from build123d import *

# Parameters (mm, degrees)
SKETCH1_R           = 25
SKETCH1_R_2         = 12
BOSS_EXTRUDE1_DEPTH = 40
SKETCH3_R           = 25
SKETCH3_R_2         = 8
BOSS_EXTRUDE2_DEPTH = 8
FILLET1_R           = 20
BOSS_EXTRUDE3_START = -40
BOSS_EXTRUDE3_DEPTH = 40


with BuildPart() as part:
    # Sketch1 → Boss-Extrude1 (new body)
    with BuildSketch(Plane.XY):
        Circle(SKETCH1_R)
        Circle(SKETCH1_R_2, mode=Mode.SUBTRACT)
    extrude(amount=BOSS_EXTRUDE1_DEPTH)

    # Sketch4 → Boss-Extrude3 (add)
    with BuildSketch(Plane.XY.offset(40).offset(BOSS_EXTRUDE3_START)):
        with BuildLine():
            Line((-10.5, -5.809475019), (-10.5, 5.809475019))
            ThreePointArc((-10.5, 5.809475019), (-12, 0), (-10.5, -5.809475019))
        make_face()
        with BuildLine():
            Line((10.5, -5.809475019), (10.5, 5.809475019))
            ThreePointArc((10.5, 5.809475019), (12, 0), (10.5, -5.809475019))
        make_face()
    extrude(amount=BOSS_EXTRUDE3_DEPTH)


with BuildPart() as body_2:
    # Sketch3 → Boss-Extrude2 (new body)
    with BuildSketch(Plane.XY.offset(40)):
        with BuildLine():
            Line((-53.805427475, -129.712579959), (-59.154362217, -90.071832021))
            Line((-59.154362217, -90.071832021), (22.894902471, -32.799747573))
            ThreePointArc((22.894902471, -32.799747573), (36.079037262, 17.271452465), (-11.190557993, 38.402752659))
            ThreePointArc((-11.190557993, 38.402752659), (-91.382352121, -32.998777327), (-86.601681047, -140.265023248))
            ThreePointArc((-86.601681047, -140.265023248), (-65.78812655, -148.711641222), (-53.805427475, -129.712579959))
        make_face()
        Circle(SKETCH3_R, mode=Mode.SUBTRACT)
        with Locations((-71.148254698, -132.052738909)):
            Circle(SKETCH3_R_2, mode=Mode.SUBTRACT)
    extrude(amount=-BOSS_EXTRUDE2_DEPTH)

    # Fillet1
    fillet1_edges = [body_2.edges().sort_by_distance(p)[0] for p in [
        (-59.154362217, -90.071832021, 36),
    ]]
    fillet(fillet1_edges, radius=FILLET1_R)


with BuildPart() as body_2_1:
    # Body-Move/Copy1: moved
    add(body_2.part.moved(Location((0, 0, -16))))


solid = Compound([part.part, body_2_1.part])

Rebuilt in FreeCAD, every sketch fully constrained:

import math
import FreeCAD as App
import Part
import Sketcher


def edges_at(feature, points):
    """Names of the edges that pass closest to the given points."""
    edges = feature.Shape.Edges
    near = lambda p: min(range(len(edges)), key=lambda i: edges[i].distToShape(Part.Vertex(*p))[0])
    return sorted({f"Edge{near(p) + 1}" for p in points})

doc = App.newDocument("Part")
body = doc.addObject("PartDesign::Body", "Body")

# Sketch on XY plane
sketch1 = doc.addObject("Sketcher::SketchObject", "Sketch")
body.addObject(sketch1)
sketch1.AttachmentSupport = (doc.XY_Plane, [""])
sketch1.MapMode = "FlatFace"
sketch1.addGeometry([
    Part.Circle(App.Vector(0, 0, 0), App.Vector(0, 0, 1), 25),
    Part.Circle(App.Vector(0, 0, 0), App.Vector(0, 0, 1), 12),
], False)
sketch1.addConstraint([
    Sketcher.Constraint("Coincident", 0, 3, -1, 1),
    Sketcher.Constraint("Coincident", 1, 3, -1, 1),
    Sketcher.Constraint("Diameter", 0, 50.0),
    Sketcher.Constraint("Diameter", 1, 24.0),
])
pad1 = doc.addObject("PartDesign::Pad", "Pad")
body.addObject(pad1)
pad1.Profile = sketch1
pad1.Length = 40

# Sketch on XY plane
sketch2 = doc.addObject("Sketcher::SketchObject", "Sketch001")
body.addObject(sketch2)
sketch2.AttachmentSupport = (doc.XY_Plane, [""])
sketch2.MapMode = "FlatFace"
sketch2.addGeometry([
    Part.LineSegment(App.Vector(-10, -6, 0), App.Vector(-10, 6, 0)),
    Part.ArcOfCircle(Part.Circle(App.Vector(0, 0, 0), App.Vector(0, 0, 1), 12), math.radians(151), math.radians(209)),
    Part.LineSegment(App.Vector(10, 6, 0), App.Vector(10, -6, 0)),
    Part.ArcOfCircle(Part.Circle(App.Vector(0, 0, 0), App.Vector(0, 0, 1), 12), math.radians(-29), math.radians(29)),
], False)
sketch2.addConstraint([
    Sketcher.Constraint("Coincident", 0, 1, 1, 2),
    Sketcher.Constraint("Coincident", 1, 1, 0, 2),
    Sketcher.Constraint("Coincident", 2, 1, 3, 2),
    Sketcher.Constraint("Coincident", 3, 1, 2, 2),
    Sketcher.Constraint("Vertical", 0),
    Sketcher.Constraint("Vertical", 2),
    Sketcher.Constraint("Coincident", 1, 3, -1, 1),
    Sketcher.Constraint("Coincident", 3, 3, -1, 1),
    Sketcher.Constraint("Equal", 1, 3),
    Sketcher.Constraint("Horizontal", 1, 1, 2, 1),
    Sketcher.Constraint("Radius", 1, 12.0),
    Sketcher.Constraint("DistanceX", 1, 1, 2, 1, 21.0),
])
pad2 = doc.addObject("PartDesign::Pad", "Pad001")
body.addObject(pad2)
pad2.Profile = sketch2
pad2.Length = 40
body2 = doc.addObject("PartDesign::Body", "Body001")

# Sketch on XY plane
sketch3 = doc.addObject("Sketcher::SketchObject", "Sketch002")
body2.addObject(sketch3)
sketch3.AttachmentSupport = (doc.getObject("XY_Plane001"), [""])
sketch3.MapMode = "FlatFace"
sketch3.AttachmentOffset = App.Placement(App.Vector(0, 0, 40), App.Rotation())
sketch3.addGeometry([
    Part.LineSegment(App.Vector(-54, -130, 0), App.Vector(-59, -90, 0)),  # 0
    Part.LineSegment(App.Vector(-59, -90, 0), App.Vector(23, -33, 0)),  # 1
    Part.ArcOfCircle(Part.Circle(App.Vector(0, 0, 0), App.Vector(0, 0, 1), 40), math.radians(-55), math.radians(106)),  # 2
    Part.ArcOfCircle(Part.Circle(App.Vector(24, -82, 0), App.Vector(0, 0, 1), 125), math.radians(106), math.radians(208)),  # 3
    Part.ArcOfCircle(Part.Circle(App.Vector(-71, -132, 0), App.Vector(0, 0, 1), 18), math.radians(-152), math.radians(8)),  # 4
    Part.Circle(App.Vector(-71, -132, 0), App.Vector(0, 0, 1), 8),  # 5
    Part.Circle(App.Vector(0, 0, 0), App.Vector(0, 0, 1), 25),  # 6
], False)
sketch3.addConstraint([
    Sketcher.Constraint("Coincident", 0, 2, 1, 1),
    Sketcher.Constraint("Tangent", 1, 2, 2, 1),
    Sketcher.Constraint("Tangent", 2, 2, 3, 1),
    Sketcher.Constraint("Tangent", 3, 2, 4, 1),
    Sketcher.Constraint("Tangent", 4, 2, 0, 1),
    Sketcher.Constraint("Coincident", 2, 3, -1, 1),
    Sketcher.Constraint("Coincident", 6, 3, -1, 1),
    Sketcher.Constraint("Coincident", 5, 3, 4, 3),
    Sketcher.Constraint("Diameter", 5, 16.0),
    Sketcher.Constraint("Diameter", 6, 50.0),
    Sketcher.Constraint("Radius", 2, 40.0),
    Sketcher.Constraint("Radius", 3, 125.0),
    Sketcher.Constraint("Radius", 4, 17.5),
    Sketcher.Constraint("Distance", 0, 40.0),
    Sketcher.Constraint("DistanceY", 3, 3, 1, 2, 48.806102),
    Sketcher.Constraint("DistanceY", 1, 2, 2, 2, 71.2025),
    Sketcher.Constraint("Distance", 1, 100.060849),
])
pad3 = doc.addObject("PartDesign::Pad", "Pad002")
body2.addObject(pad3)
pad3.Profile = sketch3
pad3.Length = 8
pad3.Reversed = True
doc.recompute()

fillet = doc.addObject("PartDesign::Fillet", "Fillet")
body2.addObject(fillet)
fillet.Base = (pad3, edges_at(pad3, [(-59.154, -90.072, 36)]))
fillet.Radius = 20
body3 = doc.addObject("PartDesign::Body", "Body002")
doc.recompute()

body2.Placement = App.Placement(App.Vector(0, 0, -16), App.Rotation(App.Vector(0, 0, 1), 0))
boolean = doc.addObject("PartDesign::Boolean", "Boolean")
body3.addObject(boolean)
boolean.Type = "Fuse"
boolean.addObjects([body2])

doc.recompute()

Task details –
Quote exactly the first line of the data and every line after it through the one holding "BOSS_EXTRUDE3_START = -40".

Exercise solution –
from build123d import *

# Parameters (mm, degrees)
SKETCH1_R           = 25
SKETCH1_R_2         = 12
BOSS_EXTRUDE1_DEPTH = 40
SKETCH3_R           = 25
SKETCH3_R_2         = 8
BOSS_EXTRUDE2_DEPTH = 8
FILLET1_R           = 20
BOSS_EXTRUDE3_START = -40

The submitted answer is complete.